§ REQUIREMENT: Provide again, from the entries below, every line from the one containing "v 28.061 14.26 0" through the one containing "v 21.939 14.26 8", exactly as written, and no other line.

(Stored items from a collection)
= Beginning of Section =
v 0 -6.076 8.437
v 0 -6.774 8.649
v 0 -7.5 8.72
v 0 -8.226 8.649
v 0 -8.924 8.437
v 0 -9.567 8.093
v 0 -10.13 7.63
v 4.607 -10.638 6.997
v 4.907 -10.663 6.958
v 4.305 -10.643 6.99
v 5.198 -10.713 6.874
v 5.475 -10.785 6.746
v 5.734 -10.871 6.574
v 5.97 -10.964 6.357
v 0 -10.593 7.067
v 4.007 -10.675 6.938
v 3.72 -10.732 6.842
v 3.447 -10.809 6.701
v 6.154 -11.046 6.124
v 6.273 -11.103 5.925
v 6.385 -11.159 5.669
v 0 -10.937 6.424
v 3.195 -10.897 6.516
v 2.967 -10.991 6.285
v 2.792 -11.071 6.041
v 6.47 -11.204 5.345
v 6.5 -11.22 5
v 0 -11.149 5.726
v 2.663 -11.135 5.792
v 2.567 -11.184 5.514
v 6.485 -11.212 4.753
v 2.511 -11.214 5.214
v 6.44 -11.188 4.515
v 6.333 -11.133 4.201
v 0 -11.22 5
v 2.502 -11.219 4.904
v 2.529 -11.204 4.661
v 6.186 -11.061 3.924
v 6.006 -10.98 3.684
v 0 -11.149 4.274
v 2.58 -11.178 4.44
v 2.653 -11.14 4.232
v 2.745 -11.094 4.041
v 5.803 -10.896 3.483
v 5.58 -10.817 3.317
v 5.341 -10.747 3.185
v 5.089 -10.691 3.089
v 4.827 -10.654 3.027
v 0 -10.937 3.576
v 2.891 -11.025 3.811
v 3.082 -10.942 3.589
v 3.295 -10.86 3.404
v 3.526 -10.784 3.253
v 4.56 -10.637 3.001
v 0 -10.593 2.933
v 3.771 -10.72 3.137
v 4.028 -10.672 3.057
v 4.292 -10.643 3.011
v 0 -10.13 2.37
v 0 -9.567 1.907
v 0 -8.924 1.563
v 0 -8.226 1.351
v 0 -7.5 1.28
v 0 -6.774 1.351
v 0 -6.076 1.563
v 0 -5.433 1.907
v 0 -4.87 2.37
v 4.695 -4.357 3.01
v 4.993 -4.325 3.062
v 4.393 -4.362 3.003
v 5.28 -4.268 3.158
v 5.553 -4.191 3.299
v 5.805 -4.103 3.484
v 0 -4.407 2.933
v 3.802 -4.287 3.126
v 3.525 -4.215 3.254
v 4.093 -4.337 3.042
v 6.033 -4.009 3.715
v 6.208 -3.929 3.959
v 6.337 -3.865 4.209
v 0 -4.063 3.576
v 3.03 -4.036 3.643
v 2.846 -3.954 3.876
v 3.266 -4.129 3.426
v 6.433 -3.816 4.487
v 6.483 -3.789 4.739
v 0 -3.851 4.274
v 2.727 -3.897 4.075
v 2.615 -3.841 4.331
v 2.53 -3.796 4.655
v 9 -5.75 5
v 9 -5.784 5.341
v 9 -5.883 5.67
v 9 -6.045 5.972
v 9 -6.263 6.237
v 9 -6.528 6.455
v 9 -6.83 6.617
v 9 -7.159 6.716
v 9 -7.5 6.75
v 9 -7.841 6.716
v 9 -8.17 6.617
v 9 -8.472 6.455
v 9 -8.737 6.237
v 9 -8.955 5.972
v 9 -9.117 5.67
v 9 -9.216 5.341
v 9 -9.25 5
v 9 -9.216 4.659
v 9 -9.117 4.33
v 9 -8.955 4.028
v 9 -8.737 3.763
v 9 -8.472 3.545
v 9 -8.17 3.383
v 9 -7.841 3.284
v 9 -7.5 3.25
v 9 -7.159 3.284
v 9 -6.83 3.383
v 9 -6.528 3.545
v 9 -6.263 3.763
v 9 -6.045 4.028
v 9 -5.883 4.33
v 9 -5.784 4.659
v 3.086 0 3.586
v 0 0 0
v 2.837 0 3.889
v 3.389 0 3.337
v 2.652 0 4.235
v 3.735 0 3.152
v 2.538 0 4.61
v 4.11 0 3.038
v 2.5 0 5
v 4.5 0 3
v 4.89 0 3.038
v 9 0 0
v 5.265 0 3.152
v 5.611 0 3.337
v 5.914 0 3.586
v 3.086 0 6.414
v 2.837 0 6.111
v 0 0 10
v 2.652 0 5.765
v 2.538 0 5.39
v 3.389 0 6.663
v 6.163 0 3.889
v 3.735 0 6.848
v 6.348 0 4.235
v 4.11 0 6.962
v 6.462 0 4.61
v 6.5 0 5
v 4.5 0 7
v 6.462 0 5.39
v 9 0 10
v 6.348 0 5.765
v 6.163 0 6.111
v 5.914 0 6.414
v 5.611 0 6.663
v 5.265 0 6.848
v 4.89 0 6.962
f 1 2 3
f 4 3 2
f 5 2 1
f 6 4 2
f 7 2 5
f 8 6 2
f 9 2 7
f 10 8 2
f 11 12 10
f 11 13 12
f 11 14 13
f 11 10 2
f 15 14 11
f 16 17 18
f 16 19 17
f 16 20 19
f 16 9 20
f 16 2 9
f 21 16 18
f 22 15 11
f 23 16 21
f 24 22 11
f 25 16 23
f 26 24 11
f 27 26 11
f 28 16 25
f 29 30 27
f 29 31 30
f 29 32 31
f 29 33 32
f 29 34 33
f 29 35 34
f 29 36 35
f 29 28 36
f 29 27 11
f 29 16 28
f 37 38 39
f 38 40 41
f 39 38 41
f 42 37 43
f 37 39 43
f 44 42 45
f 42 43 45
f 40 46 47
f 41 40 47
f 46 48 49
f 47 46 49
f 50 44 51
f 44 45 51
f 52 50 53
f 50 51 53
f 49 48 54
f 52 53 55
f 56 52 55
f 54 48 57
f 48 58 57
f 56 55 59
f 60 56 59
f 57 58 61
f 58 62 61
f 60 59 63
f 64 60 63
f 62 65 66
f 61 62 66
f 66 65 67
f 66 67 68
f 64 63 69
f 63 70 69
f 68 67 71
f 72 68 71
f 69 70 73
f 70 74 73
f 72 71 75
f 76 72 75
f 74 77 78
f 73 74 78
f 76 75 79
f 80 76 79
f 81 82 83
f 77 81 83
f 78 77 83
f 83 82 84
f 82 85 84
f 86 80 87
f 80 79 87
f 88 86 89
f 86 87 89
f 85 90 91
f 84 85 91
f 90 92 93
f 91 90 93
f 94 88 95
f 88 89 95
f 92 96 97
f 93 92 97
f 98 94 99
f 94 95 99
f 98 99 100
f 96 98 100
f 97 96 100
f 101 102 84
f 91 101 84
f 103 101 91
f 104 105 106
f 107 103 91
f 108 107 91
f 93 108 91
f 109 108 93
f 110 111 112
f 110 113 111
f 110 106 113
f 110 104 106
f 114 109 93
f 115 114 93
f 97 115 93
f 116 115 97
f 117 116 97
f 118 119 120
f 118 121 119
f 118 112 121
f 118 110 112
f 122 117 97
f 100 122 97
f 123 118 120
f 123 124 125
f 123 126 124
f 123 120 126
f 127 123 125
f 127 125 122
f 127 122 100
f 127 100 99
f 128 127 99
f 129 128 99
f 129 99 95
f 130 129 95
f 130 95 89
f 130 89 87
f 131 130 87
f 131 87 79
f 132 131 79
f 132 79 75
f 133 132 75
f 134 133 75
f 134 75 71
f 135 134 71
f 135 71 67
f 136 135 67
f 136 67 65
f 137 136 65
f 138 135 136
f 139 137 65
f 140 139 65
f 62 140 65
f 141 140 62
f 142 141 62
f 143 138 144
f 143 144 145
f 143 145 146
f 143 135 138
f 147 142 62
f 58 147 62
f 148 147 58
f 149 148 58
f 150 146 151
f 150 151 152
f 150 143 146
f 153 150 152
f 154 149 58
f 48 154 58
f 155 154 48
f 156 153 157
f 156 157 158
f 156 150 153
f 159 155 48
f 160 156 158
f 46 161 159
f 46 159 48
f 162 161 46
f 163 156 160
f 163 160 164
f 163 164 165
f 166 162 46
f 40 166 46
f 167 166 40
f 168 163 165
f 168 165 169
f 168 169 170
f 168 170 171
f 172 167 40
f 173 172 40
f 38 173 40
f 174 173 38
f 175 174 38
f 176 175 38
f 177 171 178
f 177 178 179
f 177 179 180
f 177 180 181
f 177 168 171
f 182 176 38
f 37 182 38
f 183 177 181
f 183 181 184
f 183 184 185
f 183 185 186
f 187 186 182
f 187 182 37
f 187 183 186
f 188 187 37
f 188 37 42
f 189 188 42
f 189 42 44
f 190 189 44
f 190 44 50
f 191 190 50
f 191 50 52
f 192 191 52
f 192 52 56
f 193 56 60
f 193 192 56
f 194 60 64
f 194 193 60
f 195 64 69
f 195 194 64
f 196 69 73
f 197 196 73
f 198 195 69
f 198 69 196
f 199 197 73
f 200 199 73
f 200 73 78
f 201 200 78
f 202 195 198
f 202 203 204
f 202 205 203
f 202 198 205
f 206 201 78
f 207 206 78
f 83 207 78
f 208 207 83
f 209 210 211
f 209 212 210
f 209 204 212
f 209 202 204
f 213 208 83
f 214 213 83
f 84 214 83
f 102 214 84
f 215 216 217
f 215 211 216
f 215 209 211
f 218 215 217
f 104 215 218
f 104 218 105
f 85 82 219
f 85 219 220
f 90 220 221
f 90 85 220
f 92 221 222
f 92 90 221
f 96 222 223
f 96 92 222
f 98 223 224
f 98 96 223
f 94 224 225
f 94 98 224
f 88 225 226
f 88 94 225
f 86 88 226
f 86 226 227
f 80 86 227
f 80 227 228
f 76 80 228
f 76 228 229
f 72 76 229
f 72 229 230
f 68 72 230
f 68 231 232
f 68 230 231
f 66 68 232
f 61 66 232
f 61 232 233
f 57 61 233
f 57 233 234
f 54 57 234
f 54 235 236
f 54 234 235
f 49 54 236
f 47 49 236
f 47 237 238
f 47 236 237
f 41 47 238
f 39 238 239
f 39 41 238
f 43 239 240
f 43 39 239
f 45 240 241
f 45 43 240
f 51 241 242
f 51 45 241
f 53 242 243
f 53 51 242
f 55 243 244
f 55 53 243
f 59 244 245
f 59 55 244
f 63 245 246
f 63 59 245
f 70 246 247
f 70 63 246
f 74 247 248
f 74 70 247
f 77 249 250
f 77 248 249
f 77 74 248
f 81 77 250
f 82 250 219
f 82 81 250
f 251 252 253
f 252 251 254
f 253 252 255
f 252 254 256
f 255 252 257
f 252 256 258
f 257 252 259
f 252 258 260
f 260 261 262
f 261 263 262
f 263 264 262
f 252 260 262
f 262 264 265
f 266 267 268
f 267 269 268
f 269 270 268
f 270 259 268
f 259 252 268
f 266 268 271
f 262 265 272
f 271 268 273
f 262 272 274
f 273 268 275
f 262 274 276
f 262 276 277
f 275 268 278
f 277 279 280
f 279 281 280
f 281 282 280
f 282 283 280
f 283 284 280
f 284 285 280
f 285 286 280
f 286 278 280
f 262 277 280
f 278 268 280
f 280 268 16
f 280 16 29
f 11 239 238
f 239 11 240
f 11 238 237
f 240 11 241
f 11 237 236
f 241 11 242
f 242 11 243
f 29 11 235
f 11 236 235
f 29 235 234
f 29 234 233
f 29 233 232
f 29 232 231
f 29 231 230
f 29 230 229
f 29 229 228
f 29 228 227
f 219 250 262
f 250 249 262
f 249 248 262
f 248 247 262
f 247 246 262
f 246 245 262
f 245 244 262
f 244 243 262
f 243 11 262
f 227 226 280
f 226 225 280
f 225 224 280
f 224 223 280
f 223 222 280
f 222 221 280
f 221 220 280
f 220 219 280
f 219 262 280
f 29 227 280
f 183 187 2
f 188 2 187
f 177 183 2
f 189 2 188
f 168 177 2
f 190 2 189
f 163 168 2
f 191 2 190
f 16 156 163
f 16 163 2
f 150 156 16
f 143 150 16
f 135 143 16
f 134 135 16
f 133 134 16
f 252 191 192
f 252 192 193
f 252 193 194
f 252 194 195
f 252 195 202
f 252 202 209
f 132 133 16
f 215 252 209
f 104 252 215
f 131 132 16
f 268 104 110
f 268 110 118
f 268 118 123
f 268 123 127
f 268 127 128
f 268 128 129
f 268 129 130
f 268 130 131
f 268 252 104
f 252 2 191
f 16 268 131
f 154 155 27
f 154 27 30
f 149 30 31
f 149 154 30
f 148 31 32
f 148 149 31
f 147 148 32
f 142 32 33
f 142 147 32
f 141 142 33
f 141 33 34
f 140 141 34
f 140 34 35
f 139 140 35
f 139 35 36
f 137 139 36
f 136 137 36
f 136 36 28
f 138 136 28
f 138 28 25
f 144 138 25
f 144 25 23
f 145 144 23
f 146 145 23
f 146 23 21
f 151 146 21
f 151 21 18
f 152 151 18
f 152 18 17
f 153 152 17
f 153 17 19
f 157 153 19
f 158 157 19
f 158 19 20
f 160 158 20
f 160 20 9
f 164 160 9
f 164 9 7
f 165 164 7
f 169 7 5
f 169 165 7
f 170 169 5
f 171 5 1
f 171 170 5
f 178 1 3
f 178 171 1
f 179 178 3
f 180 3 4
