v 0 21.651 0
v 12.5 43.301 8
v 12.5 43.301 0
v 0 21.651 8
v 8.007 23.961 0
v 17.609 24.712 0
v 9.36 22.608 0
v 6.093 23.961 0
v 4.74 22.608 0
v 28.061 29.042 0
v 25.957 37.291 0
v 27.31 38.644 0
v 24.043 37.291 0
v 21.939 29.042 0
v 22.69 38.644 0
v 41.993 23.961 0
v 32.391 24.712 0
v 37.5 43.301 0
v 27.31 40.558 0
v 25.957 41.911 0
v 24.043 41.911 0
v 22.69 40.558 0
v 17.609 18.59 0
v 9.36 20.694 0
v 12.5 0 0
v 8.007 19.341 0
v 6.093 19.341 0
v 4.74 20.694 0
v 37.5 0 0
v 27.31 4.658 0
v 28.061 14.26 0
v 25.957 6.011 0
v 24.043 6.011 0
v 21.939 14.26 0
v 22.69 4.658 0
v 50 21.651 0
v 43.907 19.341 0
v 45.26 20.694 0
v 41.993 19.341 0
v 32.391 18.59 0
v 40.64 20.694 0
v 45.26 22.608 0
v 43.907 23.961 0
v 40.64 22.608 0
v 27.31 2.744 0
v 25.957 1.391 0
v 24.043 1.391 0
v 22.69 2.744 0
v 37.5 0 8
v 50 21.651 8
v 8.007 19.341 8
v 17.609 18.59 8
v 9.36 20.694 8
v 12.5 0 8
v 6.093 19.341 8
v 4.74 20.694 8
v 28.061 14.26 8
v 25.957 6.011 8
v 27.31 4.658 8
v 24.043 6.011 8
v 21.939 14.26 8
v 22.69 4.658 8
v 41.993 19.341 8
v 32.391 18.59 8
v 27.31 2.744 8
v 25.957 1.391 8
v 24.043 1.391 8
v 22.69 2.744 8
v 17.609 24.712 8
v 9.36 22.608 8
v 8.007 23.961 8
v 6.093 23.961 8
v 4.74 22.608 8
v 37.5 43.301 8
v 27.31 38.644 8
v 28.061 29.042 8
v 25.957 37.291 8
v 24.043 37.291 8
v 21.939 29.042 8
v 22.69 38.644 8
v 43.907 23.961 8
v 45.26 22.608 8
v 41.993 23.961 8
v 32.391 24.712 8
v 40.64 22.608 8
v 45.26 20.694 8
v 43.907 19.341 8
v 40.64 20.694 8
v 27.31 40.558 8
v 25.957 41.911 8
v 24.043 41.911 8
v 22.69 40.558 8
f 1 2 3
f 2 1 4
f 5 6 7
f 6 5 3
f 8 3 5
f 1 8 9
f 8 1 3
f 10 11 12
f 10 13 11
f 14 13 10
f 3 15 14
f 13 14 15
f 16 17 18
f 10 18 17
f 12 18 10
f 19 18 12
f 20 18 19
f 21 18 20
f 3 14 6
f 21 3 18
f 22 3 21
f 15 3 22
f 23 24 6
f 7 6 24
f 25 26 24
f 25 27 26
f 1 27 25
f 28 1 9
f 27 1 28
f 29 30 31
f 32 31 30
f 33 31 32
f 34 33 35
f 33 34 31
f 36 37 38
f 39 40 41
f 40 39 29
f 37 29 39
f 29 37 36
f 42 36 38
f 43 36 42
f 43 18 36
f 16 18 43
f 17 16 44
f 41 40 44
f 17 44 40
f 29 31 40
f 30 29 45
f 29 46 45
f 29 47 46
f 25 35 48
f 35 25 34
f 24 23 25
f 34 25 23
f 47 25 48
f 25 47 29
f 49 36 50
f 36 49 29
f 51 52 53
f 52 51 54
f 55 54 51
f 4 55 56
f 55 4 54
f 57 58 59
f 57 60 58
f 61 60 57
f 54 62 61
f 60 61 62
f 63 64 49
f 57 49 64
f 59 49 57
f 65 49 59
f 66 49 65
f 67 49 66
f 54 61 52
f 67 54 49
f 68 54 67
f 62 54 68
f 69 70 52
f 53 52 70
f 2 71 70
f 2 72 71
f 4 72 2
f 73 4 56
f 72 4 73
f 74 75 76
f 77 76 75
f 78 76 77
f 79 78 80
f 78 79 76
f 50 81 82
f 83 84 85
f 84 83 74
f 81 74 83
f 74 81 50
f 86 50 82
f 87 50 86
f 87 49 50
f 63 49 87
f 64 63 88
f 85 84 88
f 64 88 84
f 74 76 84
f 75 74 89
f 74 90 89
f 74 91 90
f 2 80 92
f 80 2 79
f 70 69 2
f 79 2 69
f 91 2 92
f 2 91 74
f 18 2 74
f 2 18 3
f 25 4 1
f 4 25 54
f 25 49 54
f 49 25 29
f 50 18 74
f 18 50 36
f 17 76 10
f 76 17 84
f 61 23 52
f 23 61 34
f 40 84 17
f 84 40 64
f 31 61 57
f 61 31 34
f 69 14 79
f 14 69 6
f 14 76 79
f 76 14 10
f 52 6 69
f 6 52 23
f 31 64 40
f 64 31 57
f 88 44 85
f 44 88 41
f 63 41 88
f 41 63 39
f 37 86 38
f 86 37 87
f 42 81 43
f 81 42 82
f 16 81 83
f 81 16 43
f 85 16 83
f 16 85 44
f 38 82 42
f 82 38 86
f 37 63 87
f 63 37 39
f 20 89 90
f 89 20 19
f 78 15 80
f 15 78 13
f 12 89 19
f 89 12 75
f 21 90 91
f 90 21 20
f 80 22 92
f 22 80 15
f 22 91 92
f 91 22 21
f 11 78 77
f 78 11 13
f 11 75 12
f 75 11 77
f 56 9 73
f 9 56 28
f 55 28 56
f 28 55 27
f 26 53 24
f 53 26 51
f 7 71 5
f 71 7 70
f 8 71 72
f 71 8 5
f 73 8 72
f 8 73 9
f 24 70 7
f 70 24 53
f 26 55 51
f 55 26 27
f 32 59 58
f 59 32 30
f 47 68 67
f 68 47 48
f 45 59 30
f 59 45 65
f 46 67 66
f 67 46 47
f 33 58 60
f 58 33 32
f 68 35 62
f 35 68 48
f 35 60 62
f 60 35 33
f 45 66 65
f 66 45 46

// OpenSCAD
$fn = 32;

// ----------------------------------------------------------------------
// Polygon plate: 6-gon R25, 4 bolt windows
// ----------------------------------------------------------------------

// --- parameters (mm) ---
sides = 6;                // number of polygon sides
plate_r = 25;             // circumscribed radius of the polygon
bore_r = 8;               // centre bore radius
bolts = 4;                // number of bolt windows
ring_r = 17.95;           // bolt-circle radius
bolt_r = 2.5;             // bolt window radius
plate_t = 8;              // plate thickness, Z (extrusion height)

plate_d = 2 * plate_r;  // circumscribed diameter
bore_d = 2 * bore_r;  // centre bore diameter
bolt_d = 2 * bolt_r;  // bolt window diameter
ring_d = 2 * ring_r;  // bolt-circle diameter

profile = [[50, 21.651], [37.5, 43.301], [12.5, 43.301], [0, 21.651], [12.5, 0], [37.5, 0]];  // primary outline, 6 points, counter clockwise
void_1 = [[32.391, 24.712], [28.061, 29.042], [21.939, 29.042], [17.609, 24.712], [17.609, 18.59], [21.939, 14.26], [28.061, 14.26], [32.391, 18.59]];  // centre bore, 8 points
void_2 = [[45.26, 22.608], [43.907, 23.961], [41.993, 23.961], [40.64, 22.608], [40.64, 20.694], [41.993, 19.341], [43.907, 19.341], [45.26, 20.694]];  // bolt window 1, 8 points
void_3 = [[27.31, 40.558], [25.957, 41.911], [24.043, 41.911], [22.69, 40.558], [22.69, 38.644], [24.043, 37.291], [25.957, 37.291], [27.31, 38.644]];  // bolt window 2, 8 points
void_4 = [[9.36, 22.608], [8.007, 23.961], [6.093, 23.961], [4.74, 22.608], [4.74, 20.694], [6.093, 19.341], [8.007, 19.341], [9.36, 20.694]];  // bolt window 3, 8 points
void_5 = [[27.31, 4.658], [25.957, 6.011], [24.043, 6.011], [22.69, 4.658], [22.69, 2.744], [24.043, 1.391], [25.957, 1.391], [27.31, 2.744]];  // bolt window 4, 8 points

// --- the one profile operation ---
difference() {
  linear_extrude(height = plate_t) polygon(points = profile);
  translate([0, 0, -1])
    linear_extrude(height = plate_t + 2) polygon(points = void_1);
  translate([0, 0, -1])
    linear_extrude(height = plate_t + 2) polygon(points = void_2);
  translate([0, 0, -1])
    linear_extrude(height = plate_t + 2) polygon(points = void_3);
  translate([0, 0, -1])
    linear_extrude(height = plate_t + 2) polygon(points = void_4);
  translate([0, 0, -1])
    linear_extrude(height = plate_t + 2) polygon(points = void_5);
}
= End of Section =
§ YOUR SOLUTION:
v 28.061 14.26 0
v 25.957 6.011 0
v 24.043 6.011 0
v 21.939 14.26 0
v 22.69 4.658 0
v 50 21.651 0
v 43.907 19.341 0
v 45.26 20.694 0
v 41.993 19.341 0
v 32.391 18.59 0
v 40.64 20.694 0
v 45.26 22.608 0
v 43.907 23.961 0
v 40.64 22.608 0
v 27.31 2.744 0
v 25.957 1.391 0
v 24.043 1.391 0
v 22.69 2.744 0
v 37.5 0 8
v 50 21.651 8
v 8.007 19.341 8
v 17.609 18.59 8
v 9.36 20.694 8
v 12.5 0 8
v 6.093 19.341 8
v 4.74 20.694 8
v 28.061 14.26 8
v 25.957 6.011 8
v 27.31 4.658 8
v 24.043 6.011 8
v 21.939 14.26 8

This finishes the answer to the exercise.